[Task to carry out]
In the data that follows, find the line with "#128=ORIENTED_EDGE('',*,*,#127,.T.);"; transcribe it, every later line up to the one with "#184=ORIENTED_EDGE('',*,*,#84,.F.);", and that line as well, exactly and with no others.

(Records from a data source)

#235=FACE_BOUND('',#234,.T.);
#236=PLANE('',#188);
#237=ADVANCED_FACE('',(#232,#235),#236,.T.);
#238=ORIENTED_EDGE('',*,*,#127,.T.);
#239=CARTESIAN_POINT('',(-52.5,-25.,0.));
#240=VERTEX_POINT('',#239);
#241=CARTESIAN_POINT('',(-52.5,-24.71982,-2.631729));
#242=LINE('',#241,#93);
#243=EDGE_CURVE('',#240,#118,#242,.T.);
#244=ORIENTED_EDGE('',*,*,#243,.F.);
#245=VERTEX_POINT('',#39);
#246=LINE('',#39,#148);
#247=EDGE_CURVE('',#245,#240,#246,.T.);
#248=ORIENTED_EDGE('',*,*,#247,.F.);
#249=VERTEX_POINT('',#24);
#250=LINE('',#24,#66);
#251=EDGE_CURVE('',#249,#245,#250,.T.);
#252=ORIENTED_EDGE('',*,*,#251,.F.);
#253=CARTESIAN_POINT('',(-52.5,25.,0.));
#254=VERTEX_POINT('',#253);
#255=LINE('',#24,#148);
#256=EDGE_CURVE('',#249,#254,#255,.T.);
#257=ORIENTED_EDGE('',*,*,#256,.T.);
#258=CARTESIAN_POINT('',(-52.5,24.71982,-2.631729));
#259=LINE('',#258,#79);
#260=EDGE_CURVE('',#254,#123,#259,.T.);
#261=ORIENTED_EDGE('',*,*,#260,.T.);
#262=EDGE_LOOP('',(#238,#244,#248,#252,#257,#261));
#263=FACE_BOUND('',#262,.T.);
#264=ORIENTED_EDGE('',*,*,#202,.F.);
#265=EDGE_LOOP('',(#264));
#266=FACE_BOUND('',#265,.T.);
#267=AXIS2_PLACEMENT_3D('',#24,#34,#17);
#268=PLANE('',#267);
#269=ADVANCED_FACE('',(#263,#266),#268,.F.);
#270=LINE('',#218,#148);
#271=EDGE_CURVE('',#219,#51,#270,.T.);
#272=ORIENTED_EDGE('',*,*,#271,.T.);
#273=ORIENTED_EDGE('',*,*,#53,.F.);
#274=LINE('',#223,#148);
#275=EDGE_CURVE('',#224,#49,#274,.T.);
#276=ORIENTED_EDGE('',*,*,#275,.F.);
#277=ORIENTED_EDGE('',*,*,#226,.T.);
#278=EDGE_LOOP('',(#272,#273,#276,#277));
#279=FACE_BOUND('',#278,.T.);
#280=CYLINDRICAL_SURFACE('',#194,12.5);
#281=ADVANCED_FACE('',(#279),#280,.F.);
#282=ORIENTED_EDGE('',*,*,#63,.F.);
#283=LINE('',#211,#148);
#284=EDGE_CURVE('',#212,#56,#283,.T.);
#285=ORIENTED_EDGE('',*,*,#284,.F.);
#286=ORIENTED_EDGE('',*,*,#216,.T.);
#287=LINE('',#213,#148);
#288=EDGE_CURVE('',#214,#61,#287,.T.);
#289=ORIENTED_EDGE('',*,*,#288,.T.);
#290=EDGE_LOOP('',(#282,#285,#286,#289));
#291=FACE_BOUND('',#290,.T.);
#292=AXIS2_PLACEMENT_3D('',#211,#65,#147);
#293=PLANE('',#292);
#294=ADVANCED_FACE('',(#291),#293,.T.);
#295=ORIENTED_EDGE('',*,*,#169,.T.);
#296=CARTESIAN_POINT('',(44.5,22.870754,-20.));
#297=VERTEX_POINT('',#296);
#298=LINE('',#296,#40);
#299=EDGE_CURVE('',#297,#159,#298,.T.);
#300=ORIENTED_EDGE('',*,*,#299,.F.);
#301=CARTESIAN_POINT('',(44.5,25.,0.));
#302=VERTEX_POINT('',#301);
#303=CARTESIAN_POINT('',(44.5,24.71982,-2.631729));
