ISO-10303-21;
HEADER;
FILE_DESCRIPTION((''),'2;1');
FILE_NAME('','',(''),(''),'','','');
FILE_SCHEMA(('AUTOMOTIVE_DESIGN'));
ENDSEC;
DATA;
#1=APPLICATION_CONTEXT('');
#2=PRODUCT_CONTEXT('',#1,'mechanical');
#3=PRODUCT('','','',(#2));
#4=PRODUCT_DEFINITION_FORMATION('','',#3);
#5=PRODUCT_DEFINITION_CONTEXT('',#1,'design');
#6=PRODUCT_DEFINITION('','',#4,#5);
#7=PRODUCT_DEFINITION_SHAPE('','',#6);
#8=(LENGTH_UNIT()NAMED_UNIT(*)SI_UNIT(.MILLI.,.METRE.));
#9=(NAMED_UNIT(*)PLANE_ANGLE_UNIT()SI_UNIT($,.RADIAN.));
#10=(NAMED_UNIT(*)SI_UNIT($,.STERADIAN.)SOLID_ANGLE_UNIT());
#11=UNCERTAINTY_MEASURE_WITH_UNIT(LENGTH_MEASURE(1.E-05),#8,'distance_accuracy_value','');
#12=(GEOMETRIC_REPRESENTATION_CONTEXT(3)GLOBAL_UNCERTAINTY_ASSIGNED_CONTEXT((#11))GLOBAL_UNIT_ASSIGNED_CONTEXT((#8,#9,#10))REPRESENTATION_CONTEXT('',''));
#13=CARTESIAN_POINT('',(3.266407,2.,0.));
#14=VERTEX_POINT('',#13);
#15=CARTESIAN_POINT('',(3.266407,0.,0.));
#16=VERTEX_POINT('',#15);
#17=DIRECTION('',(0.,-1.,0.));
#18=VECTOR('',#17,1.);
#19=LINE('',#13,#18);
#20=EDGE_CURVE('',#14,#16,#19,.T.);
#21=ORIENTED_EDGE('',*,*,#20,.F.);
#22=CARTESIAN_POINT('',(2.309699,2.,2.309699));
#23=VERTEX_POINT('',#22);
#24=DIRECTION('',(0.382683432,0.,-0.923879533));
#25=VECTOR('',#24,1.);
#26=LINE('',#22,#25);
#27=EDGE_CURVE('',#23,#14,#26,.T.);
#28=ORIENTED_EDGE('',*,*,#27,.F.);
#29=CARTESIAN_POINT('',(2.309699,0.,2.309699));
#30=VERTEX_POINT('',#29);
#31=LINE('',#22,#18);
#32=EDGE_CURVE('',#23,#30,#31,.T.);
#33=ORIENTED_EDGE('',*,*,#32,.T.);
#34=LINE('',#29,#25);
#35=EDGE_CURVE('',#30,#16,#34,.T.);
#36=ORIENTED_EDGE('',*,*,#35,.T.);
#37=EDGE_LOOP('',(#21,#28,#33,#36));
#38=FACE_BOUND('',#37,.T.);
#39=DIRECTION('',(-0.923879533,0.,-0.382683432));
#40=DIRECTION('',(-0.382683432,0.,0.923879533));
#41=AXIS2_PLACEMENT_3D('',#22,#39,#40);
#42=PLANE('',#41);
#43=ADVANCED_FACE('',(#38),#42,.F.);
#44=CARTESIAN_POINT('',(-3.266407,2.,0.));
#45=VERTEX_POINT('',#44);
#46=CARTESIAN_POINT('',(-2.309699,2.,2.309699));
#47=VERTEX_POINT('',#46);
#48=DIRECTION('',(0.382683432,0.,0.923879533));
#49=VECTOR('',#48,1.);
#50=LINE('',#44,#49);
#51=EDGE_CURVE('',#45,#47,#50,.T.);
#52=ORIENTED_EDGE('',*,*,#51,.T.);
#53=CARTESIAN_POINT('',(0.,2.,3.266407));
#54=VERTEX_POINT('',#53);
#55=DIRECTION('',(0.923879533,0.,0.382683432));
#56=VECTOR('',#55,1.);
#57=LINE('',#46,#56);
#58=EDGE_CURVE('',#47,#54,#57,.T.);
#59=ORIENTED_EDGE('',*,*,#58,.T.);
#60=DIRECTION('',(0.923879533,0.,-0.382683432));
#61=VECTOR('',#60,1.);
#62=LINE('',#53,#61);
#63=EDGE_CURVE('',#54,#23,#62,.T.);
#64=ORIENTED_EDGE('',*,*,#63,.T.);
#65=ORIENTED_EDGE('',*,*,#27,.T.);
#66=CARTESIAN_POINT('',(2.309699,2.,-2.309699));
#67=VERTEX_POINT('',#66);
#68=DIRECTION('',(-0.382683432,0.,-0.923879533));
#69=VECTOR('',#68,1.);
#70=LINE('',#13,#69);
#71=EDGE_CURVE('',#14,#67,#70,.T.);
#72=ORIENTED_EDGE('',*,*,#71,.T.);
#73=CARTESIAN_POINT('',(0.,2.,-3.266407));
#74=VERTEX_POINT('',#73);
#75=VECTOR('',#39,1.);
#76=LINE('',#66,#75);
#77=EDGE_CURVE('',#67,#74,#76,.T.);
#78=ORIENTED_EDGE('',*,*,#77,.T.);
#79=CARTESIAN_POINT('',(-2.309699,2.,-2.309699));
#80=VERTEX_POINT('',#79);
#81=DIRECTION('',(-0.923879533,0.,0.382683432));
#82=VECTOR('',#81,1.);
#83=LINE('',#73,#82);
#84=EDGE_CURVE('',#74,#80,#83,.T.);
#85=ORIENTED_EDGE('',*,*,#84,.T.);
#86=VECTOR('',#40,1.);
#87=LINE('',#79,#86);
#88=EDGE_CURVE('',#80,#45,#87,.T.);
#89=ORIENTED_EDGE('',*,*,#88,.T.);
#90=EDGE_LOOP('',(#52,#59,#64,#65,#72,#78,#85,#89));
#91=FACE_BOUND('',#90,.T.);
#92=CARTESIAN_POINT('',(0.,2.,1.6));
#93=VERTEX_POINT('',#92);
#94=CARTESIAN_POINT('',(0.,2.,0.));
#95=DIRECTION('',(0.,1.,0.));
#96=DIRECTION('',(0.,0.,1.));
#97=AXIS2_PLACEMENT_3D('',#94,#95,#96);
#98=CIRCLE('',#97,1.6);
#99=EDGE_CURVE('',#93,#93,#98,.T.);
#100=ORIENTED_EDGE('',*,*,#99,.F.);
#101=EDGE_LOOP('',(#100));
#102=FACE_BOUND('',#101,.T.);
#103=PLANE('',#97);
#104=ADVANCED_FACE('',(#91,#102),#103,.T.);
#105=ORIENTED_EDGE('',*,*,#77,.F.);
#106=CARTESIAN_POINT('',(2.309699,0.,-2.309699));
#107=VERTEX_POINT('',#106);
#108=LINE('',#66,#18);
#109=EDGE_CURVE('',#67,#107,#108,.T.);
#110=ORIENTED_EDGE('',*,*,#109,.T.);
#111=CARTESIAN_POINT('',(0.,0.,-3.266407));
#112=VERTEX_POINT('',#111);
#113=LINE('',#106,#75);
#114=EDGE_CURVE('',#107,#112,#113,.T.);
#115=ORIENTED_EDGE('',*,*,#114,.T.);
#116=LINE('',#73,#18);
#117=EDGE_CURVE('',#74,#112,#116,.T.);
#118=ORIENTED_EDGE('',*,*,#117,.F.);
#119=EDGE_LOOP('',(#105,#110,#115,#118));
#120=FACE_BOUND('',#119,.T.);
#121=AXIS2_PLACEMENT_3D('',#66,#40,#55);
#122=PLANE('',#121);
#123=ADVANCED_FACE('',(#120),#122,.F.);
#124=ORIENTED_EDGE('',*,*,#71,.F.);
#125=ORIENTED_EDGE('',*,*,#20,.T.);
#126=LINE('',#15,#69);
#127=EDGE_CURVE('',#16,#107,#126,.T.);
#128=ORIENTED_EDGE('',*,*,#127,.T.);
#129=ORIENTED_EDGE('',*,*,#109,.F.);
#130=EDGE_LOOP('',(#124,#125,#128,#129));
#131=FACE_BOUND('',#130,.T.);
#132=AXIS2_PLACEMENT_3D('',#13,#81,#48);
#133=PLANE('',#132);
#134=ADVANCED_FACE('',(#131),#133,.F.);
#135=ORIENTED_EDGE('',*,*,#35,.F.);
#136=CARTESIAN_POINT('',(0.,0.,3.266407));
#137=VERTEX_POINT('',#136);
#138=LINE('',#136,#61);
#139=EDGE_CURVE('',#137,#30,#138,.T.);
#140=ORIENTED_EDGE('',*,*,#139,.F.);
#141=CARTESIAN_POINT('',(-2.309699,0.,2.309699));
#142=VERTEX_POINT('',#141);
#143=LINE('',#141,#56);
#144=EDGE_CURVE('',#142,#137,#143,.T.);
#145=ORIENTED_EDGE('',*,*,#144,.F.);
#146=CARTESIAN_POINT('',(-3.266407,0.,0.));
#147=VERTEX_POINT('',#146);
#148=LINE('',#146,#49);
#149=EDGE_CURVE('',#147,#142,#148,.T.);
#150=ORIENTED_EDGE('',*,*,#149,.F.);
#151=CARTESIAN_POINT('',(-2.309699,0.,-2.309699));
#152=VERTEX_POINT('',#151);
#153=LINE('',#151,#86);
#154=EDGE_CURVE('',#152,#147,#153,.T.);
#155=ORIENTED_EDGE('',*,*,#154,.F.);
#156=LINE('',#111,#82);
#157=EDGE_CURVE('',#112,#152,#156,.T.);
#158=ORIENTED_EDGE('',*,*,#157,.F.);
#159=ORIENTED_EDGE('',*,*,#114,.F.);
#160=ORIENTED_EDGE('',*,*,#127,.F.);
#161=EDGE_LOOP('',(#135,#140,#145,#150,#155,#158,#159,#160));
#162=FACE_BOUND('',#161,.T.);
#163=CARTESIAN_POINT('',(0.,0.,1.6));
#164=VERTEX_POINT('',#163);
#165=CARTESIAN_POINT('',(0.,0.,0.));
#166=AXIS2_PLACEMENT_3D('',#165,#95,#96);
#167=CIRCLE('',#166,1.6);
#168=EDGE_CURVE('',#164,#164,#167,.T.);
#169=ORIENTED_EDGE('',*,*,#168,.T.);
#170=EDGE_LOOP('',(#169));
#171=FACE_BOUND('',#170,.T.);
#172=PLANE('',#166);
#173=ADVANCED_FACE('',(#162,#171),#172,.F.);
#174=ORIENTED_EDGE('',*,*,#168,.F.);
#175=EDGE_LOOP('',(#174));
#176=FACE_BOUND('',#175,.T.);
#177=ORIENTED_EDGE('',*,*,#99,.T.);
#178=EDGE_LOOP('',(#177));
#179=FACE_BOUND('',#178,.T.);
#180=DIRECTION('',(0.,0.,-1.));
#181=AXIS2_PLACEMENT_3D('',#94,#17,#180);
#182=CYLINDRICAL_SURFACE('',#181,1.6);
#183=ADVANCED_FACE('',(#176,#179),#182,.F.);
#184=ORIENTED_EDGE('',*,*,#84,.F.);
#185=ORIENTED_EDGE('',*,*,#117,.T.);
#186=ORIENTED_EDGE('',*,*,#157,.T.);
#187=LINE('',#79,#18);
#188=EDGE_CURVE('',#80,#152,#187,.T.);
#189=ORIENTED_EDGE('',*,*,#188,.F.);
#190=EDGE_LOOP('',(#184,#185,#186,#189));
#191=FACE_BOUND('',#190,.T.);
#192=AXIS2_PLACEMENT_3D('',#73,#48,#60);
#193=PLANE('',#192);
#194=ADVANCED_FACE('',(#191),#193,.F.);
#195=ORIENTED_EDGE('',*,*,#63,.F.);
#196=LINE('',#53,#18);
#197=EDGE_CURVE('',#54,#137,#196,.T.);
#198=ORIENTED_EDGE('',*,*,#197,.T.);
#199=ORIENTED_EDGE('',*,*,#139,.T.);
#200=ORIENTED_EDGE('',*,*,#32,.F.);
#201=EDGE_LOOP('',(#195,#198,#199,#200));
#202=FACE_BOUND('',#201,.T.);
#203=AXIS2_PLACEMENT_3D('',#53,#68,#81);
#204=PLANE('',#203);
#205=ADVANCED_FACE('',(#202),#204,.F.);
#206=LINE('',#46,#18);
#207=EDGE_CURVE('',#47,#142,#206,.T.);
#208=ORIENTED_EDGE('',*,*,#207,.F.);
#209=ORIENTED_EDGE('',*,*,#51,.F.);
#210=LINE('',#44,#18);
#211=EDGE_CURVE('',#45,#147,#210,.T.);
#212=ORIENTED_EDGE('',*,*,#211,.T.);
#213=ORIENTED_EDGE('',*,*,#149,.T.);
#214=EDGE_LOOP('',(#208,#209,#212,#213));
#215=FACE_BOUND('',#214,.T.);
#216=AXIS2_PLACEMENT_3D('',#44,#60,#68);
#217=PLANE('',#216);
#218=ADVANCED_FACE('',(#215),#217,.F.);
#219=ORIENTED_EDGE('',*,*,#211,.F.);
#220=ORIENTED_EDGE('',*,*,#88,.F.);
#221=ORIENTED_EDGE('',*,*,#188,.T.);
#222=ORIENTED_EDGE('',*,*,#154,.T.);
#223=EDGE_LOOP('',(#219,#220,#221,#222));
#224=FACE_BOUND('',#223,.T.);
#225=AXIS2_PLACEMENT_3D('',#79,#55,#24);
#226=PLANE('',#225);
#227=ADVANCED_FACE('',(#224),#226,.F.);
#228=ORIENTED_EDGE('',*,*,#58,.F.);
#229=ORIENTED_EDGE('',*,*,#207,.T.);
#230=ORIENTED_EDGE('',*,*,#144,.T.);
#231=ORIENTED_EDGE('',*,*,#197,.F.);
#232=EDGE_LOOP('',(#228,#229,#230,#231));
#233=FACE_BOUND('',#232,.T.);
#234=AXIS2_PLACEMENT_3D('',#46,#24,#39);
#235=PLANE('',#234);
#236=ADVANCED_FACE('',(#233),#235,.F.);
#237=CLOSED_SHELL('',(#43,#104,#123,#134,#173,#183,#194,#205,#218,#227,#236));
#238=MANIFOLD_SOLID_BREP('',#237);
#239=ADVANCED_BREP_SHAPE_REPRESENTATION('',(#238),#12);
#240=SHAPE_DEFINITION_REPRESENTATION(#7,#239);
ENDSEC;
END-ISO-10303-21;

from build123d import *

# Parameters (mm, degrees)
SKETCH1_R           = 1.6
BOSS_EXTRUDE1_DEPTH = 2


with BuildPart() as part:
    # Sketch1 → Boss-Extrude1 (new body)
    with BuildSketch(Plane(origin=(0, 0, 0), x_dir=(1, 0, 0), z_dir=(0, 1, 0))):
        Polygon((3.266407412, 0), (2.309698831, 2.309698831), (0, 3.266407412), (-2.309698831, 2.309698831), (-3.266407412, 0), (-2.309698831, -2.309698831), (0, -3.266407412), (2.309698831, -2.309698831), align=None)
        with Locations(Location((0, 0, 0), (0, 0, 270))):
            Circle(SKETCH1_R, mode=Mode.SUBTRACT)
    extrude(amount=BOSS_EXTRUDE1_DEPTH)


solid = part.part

[Answer box]
#128=ORIENTED_EDGE('',*,*,#127,.T.);
#129=ORIENTED_EDGE('',*,*,#109,.F.);
#130=EDGE_LOOP('',(#124,#125,#128,#129));
#131=FACE_BOUND('',#130,.T.);
#132=AXIS2_PLACEMENT_3D('',#13,#81,#48);
#133=PLANE('',#132);
#134=ADVANCED_FACE('',(#131),#133,.F.);
#135=ORIENTED_EDGE('',*,*,#35,.F.);
#136=CARTESIAN_POINT('',(0.,0.,3.266407));
#137=VERTEX_POINT('',#136);
#138=LINE('',#136,#61);
#139=EDGE_CURVE('',#137,#30,#138,.T.);
#140=ORIENTED_EDGE('',*,*,#139,.F.);
#141=CARTESIAN_POINT('',(-2.309699,0.,2.309699));
#142=VERTEX_POINT('',#141);
#143=LINE('',#141,#56);
#144=EDGE_CURVE('',#142,#137,#143,.T.);
#145=ORIENTED_EDGE('',*,*,#144,.F.);
#146=CARTESIAN_POINT('',(-3.266407,0.,0.));
#147=VERTEX_POINT('',#146);
#148=LINE('',#146,#49);
#149=EDGE_CURVE('',#147,#142,#148,.T.);
#150=ORIENTED_EDGE('',*,*,#149,.F.);
#151=CARTESIAN_POINT('',(-2.309699,0.,-2.309699));
#152=VERTEX_POINT('',#151);
#153=LINE('',#151,#86);
#154=EDGE_CURVE('',#152,#147,#153,.T.);
#155=ORIENTED_EDGE('',*,*,#154,.F.);
#156=LINE('',#111,#82);
#157=EDGE_CURVE('',#112,#152,#156,.T.);
#158=ORIENTED_EDGE('',*,*,#157,.F.);
#159=ORIENTED_EDGE('',*,*,#114,.F.);
#160=ORIENTED_EDGE('',*,*,#127,.F.);
#161=EDGE_LOOP('',(#135,#140,#145,#150,#155,#158,#159,#160));
#162=FACE_BOUND('',#161,.T.);
#163=CARTESIAN_POINT('',(0.,0.,1.6));
#164=VERTEX_POINT('',#163);
#165=CARTESIAN_POINT('',(0.,0.,0.));
#166=AXIS2_PLACEMENT_3D('',#165,#95,#96);
#167=CIRCLE('',#166,1.6);
#168=EDGE_CURVE('',#164,#164,#167,.T.);
#169=ORIENTED_EDGE('',*,*,#168,.T.);
#170=EDGE_LOOP('',(#169));
#171=FACE_BOUND('',#170,.T.);
#172=PLANE('',#166);
#173=ADVANCED_FACE('',(#162,#171),#172,.F.);
#174=ORIENTED_EDGE('',*,*,#168,.F.);
#175=EDGE_LOOP('',(#174));
#176=FACE_BOUND('',#175,.T.);
#177=ORIENTED_EDGE('',*,*,#99,.T.);
#178=EDGE_LOOP('',(#177));
#179=FACE_BOUND('',#178,.T.);
#180=DIRECTION('',(0.,0.,-1.));
#181=AXIS2_PLACEMENT_3D('',#94,#17,#180);
#182=CYLINDRICAL_SURFACE('',#181,1.6);
#183=ADVANCED_FACE('',(#176,#179),#182,.F.);
#184=ORIENTED_EDGE('',*,*,#84,.F.);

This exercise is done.